The wins were the impetus Mapari needed, says Healey, to invent the limited edition Christmas sausage that he is calling both a seasonal first and the “flavour gift” nobody knew they needed.
“People were talking about putting lamb and turkey together, pork and prawn . . . ”
The butchery made six iterations of its ham and turkey mix before settling on the recipe it turned into “a couple of hundred kilos” or roughly 1800-2000 individual sausages that will sell for $26 a kilogram.
“Originally we used cranberry jelly, and then we went to dried cranberries,” said Healey. “The kicker was soaking the cranberries in brandy with a bit of orange zest.”
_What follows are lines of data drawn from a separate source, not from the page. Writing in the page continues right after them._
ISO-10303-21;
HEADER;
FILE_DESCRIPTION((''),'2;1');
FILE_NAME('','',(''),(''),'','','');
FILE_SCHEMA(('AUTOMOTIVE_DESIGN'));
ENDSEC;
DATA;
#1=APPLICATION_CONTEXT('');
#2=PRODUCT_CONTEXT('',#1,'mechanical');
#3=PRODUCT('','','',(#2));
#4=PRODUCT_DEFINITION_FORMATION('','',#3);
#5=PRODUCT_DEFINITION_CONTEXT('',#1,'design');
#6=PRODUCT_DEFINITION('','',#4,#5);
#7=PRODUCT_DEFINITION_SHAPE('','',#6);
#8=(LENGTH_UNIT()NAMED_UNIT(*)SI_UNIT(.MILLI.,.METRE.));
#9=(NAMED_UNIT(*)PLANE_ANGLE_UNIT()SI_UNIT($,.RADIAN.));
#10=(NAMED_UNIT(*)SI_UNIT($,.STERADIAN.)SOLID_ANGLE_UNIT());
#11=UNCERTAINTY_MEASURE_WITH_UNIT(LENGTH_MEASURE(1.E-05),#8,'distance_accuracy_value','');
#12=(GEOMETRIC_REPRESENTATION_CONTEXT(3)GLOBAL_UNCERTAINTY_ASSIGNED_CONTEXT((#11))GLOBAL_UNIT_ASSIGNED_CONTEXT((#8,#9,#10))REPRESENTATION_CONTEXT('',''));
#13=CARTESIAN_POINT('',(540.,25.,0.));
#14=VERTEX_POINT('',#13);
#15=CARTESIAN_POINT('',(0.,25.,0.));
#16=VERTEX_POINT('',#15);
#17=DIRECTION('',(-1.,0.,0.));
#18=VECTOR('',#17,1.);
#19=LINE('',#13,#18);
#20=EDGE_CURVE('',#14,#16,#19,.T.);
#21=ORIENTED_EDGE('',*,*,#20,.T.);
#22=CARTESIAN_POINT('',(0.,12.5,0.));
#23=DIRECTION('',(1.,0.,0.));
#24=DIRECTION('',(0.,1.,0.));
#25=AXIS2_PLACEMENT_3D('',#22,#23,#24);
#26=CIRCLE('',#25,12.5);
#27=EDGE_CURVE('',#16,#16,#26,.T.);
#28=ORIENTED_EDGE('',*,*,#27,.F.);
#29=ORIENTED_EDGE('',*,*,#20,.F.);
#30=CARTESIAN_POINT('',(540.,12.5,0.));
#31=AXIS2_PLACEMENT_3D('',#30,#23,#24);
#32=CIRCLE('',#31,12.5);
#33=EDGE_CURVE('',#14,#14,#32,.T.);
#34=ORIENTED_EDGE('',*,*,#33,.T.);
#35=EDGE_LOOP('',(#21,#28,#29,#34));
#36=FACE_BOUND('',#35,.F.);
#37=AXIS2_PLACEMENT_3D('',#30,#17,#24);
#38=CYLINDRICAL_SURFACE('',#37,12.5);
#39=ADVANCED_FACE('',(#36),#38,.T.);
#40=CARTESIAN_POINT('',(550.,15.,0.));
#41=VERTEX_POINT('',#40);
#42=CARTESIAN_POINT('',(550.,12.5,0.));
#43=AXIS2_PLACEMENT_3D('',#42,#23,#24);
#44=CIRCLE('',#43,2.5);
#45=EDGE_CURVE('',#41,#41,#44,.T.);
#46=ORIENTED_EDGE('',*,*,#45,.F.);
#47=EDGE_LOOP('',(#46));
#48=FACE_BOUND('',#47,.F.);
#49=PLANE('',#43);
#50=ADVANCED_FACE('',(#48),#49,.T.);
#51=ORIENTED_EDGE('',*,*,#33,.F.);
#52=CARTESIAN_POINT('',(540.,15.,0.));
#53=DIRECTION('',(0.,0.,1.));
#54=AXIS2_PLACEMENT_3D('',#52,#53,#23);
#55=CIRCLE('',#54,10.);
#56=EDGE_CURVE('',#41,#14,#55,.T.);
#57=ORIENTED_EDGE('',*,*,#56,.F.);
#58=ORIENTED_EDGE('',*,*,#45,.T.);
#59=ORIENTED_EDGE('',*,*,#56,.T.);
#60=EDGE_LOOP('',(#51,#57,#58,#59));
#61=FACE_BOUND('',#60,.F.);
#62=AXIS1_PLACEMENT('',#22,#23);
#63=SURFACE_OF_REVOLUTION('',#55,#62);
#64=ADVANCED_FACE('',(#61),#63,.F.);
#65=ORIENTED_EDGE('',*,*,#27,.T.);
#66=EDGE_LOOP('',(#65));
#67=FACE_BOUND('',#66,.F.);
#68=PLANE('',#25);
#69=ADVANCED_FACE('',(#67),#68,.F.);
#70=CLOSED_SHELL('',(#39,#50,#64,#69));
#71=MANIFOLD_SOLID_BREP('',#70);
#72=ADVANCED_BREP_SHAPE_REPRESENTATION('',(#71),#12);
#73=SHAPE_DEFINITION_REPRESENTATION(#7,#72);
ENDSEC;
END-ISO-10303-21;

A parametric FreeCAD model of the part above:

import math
import FreeCAD as App
import Part
import Sketcher

V = App.Vector
Q = App.Units.Quantity

doc = App.newDocument("Part")
params = doc.addObject("Spreadsheet::Sheet", "Params")
for row, (alias, value) in enumerate([
    ("sketch1_radius", "10 mm"),
    ("sketch1_width", "550 mm"),
    ("sketch1_height", "12.5 mm"),
    ("revolution_angle", "360 deg"),
], start=1):
    params.set(f"A{row}", alias)
    params.set(f"B{row}", "=" + value)
    params.setAlias(f"B{row}", alias)

body = doc.addObject("PartDesign::Body", "Body")

# Sketch on XY plane
sketch1 = body.newObject("Sketcher::SketchObject", "Sketch")
sketch1.AttachmentSupport = (doc.getObject("XY_Plane"), [""])
sketch1.MapMode = "FlatFace"
sketch1.addGeometry([
    Part.LineSegment(V(0, 25, 0), V(0, 12.5, 0)),  # 0
    Part.LineSegment(V(0, 12.5, 0), V(550, 12.5, 0)),  # 1
    Part.LineSegment(V(550, 12.5, 0), V(550, 15, 0)),  # 2
    Part.ArcOfCircle(Part.Circle(V(540, 15, 0), V(0, 0, 1), 10), math.radians(0), math.radians(90)),  # 3
    Part.LineSegment(V(540, 25, 0), V(0, 25, 0)),  # 4
], False)
sketch1.addGeometry(Part.LineSegment(V(0, 12.5, 0), V(550, 12.5, 0)), True)  # axis
sketch1.addConstraint([
    Sketcher.Constraint("Coincident", 0, 2, 1, 1),
    Sketcher.Constraint("Coincident", 1, 2, 2, 1),
    Sketcher.Constraint("Tangent", 2, 2, 3, 1),
    Sketcher.Constraint("Tangent", 3, 2, 4, 1),
    Sketcher.Constraint("Coincident", 4, 2, 0, 1),
    Sketcher.Constraint("Vertical", 0),
    Sketcher.Constraint("Horizontal", 1),
    Sketcher.Constraint("Vertical", 2),
    Sketcher.Constraint("Horizontal", 4),
    Sketcher.Constraint("Horizontal", 5),
    Sketcher.Constraint("Coincident", 5, 1, 0, 2),
    Sketcher.Constraint("PointOnObject", 0, 2, -2),
    Sketcher.Constraint("Vertical", 2, 2, 5, 2),
    Sketcher.Constraint("Radius", 3, Q("10 mm")),
    Sketcher.Constraint("DistanceX", 1, 1, 1, 2, Q("550 mm")),
    Sketcher.Constraint("DistanceY", -1, 1, 3, 2, Q("25 mm")),
    Sketcher.Constraint("DistanceY", 0, 2, 0, 1, Q("12.5 mm")),
])
sketch1.setExpression("Constraints[13]", "Params.sketch1_radius")
sketch1.setExpression("Constraints[14]", "Params.sketch1_width")
sketch1.setExpression("Constraints[16]", "Params.sketch1_height")
revolution = body.newObject("PartDesign::Revolution", "Revolution")
revolution.Profile = sketch1
revolution.ReferenceAxis = (sketch1, ["Axis0"])
revolution.setExpression("Angle", "Params.revolution_angle")

doc.recompute()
It was 9.30am on a Saturday when I burned my Christmas sausages and I was absolutely ready for a brandy. The first bite was mostly salt, but palate quickly adjusted because this is how sausages, generally, work. On some level you are aware they contain fat and sodium, but with every mouthful, your concerns dissipate.
The next bite was all sage and little cubes of apple and it was really good. I couldn’t do this as a mid-week main with mashed spuds and peas, but it’s a definite contender for a Christmas breakfast or Boxing Day barbecue.
The texture was relatively coarse (the sausage would also be really good squeezed out of its casing and used in a stuffing) and I could, weirdly and specifically, taste both the pig and the poultry.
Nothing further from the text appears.